I do feel oblivious about the world, but not just the ‘rest’ of the world, most of the US too (like Iowa…) Everything is so tightly contained in the media, and the same few stories are repeated past recognition, and most of the over-hyping in the presentation makes me feel sick, so I hardly watch anyway.
Most of my awareness of the world now comes from listening to NPR, which seems to at least repeat less, whatever I run into online (and I do search and look,) and whatever worldy-questions pop up on Fluther.
It’s not because I don’t want to know, though. I’m at a bit of a loss of how to, and how to know the information I’m getting is even accurate—because I’m not there, I don’t know. I don’t fully trust most of what I hear, I don’t feel like I can, and I’m not exactly sure where that mistrust comes from. It gets wearisome sometimes.
As for the Time cover spectacle—I saw the first online-uproar via a picture going around Facebook. It was an image of Time’s December cover in four different locations—USA, Europe, Asia, South Pacific. “REALLY?” (said the caption) “You know we have the internet, right?”
So I went to Time’s website to see the December edition for myself. Here
And then sent an email to a few people, with the subject: TIME: “Why Anxiety is Good for You” (aka, in the US, we sell you, you).
The nice thing about seeing the actual Time website, is they also show you the contents of the magazine, for each region they send it to. Another layer of interesting.
Apparently, from the magazine covers, they feel like Americans need a drastically different visual-grab than the rest of the world.
On the contents, it’s a little murkier, but something immediately clear—it’s four different magazines, essentially. Each region has a different selection of articles. (The US’ contents page is noticably longer in this particular month, but it also has an article about Burberry coats…) I’m not sure what the differences mean, I just notice that they’re there, which makes the selection of articles for each region seem eerily tailored.
This issues reminds me of an information-version of the controversies over how magazines photoshop Beyonce—lightening or darkening her true skin tone. I couldn’t find it, but there was one magazine that, with the exact same picture, gave Beyonce a different skin tone for each world region (darker for Africa, lighter for Europe/US, more tan for Asia) targetting the supposed majority skin tone in each area. That was disheartening to hear about, too.

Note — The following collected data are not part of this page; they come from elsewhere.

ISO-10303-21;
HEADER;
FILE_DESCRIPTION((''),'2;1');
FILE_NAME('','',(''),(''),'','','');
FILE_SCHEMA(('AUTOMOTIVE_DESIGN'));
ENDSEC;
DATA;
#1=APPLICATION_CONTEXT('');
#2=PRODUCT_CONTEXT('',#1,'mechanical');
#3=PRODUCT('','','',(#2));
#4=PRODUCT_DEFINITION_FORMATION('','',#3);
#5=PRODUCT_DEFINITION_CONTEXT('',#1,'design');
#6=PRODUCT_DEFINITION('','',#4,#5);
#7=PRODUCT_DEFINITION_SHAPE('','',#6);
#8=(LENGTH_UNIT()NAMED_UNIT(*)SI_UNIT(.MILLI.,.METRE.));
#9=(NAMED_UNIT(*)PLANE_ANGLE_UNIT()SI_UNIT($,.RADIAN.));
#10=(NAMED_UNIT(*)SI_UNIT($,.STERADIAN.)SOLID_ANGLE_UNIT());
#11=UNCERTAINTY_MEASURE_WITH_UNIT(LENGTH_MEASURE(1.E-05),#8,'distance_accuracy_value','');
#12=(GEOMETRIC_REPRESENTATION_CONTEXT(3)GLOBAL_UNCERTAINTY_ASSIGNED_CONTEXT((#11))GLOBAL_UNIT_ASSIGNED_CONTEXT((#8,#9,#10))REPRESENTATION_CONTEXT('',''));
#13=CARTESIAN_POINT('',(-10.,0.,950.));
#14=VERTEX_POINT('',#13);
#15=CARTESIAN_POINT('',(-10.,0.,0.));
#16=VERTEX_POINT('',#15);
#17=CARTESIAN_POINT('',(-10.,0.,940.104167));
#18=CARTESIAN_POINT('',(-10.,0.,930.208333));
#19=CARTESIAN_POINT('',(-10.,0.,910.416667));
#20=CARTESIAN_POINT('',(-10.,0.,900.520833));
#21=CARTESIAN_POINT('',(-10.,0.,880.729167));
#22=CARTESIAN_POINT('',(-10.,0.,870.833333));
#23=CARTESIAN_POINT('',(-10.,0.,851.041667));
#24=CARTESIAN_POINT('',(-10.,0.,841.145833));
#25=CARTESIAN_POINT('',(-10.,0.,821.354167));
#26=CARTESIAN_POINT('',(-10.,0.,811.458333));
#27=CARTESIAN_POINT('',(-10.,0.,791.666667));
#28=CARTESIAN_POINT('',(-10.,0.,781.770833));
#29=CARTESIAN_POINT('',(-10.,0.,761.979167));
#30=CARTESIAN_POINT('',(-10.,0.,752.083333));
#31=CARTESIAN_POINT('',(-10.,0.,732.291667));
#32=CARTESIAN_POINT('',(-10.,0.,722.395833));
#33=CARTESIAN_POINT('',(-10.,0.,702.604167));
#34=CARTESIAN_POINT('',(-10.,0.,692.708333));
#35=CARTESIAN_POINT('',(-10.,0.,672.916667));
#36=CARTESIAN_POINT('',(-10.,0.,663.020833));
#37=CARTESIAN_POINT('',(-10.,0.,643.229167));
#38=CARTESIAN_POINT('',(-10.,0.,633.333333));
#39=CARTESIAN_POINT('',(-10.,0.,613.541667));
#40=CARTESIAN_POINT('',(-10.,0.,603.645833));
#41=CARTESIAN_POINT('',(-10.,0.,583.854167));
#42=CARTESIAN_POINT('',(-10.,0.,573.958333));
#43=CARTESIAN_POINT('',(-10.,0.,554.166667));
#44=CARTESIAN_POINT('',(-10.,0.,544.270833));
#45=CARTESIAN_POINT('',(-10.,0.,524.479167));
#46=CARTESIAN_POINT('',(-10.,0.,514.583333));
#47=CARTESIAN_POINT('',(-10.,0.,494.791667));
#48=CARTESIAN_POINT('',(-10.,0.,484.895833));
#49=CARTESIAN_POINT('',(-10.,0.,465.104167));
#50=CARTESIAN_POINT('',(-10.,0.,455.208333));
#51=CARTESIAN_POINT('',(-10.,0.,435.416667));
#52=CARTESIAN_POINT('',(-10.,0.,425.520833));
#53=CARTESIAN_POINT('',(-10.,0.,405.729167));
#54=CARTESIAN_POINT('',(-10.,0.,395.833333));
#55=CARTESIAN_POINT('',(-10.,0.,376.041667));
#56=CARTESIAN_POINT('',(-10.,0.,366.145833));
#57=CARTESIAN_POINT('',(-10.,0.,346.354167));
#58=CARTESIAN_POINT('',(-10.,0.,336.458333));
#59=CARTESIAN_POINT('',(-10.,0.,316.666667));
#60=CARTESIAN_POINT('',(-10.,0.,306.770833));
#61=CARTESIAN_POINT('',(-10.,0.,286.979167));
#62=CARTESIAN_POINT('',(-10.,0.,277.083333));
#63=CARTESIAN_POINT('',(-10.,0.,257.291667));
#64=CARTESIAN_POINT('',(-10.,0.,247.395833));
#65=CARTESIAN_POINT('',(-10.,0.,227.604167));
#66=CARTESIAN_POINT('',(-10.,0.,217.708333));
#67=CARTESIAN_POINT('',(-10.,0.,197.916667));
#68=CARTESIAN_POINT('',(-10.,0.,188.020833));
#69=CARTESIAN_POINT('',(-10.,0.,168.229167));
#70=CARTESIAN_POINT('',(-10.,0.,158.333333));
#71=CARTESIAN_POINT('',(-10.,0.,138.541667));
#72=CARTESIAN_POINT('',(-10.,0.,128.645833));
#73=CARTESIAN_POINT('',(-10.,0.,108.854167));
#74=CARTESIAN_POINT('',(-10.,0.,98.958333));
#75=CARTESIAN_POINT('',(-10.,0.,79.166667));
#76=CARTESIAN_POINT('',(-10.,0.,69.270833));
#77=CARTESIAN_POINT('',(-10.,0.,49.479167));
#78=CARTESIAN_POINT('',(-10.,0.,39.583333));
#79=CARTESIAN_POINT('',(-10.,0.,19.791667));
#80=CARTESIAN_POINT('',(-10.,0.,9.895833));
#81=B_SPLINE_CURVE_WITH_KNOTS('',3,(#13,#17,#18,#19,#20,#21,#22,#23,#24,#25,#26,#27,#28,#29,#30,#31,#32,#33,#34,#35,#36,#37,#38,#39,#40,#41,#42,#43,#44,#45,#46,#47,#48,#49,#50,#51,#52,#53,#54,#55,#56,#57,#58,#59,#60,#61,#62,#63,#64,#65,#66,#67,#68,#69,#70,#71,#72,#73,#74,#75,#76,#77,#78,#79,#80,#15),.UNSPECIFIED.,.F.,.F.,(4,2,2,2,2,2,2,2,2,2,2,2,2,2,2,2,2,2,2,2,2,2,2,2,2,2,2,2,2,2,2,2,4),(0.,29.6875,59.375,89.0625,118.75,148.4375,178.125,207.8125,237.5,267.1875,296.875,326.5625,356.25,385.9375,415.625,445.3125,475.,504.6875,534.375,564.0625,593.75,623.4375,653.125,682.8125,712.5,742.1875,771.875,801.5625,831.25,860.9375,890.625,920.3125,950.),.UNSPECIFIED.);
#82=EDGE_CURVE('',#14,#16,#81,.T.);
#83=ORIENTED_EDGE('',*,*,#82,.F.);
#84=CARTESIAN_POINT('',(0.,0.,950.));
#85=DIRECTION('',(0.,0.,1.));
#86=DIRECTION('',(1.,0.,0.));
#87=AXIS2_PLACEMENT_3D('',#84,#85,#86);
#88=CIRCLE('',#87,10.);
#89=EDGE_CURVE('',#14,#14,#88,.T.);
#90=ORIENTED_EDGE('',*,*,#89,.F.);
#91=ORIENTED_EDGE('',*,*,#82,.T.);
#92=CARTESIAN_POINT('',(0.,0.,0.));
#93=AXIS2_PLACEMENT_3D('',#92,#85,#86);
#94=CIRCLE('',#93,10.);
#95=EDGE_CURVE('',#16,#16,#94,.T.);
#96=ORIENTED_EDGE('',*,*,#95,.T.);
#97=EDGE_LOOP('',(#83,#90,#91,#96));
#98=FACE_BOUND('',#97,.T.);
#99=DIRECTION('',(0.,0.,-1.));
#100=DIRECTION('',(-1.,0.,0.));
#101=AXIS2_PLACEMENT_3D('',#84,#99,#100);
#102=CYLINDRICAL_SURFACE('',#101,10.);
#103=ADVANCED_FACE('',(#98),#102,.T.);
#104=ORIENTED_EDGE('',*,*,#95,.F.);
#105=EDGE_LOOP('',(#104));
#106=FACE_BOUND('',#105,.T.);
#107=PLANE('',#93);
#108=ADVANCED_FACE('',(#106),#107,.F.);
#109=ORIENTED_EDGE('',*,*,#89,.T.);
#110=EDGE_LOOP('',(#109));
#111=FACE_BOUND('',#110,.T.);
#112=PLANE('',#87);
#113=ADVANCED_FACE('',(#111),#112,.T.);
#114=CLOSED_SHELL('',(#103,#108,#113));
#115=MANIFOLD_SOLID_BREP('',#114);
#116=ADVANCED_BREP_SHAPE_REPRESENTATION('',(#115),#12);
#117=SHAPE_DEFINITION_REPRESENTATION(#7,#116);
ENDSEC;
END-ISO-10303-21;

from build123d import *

# Parameters (mm, degrees)
CROQUIS1_R              = 10
SALIENTE_EXTRUIR2_DEPTH = 950


with BuildPart() as part:
    # Croquis1 → Saliente-Extruir2 (new body)
    with BuildSketch(Plane.XY):
        with Locations(Location((0, 0, 0), (0, 0, 180))):
            Circle(CROQUIS1_R)
    extrude(amount=SALIENTE_EXTRUIR2_DEPTH)


solid = part.part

There’s something wrong when the media’s trying so hard to SELL that they censor content to please the local viewers, or to seemingly please… Feeding us what they want us to see, or what they think we want to see, or what we, in our specific cultures, expect to see…
We can’t be a true global community if each country/nation/culture/region is only fed bits, slanted bits, of the whole… we already all disagree on plenty.
If this is the way everything’s done… no wonder we all feel so divided.
Still, Time sells. We buy.
But maybe I’m reading too much into it. I don’t feel yet like I know enough about the world to tell if I am or not, sadly.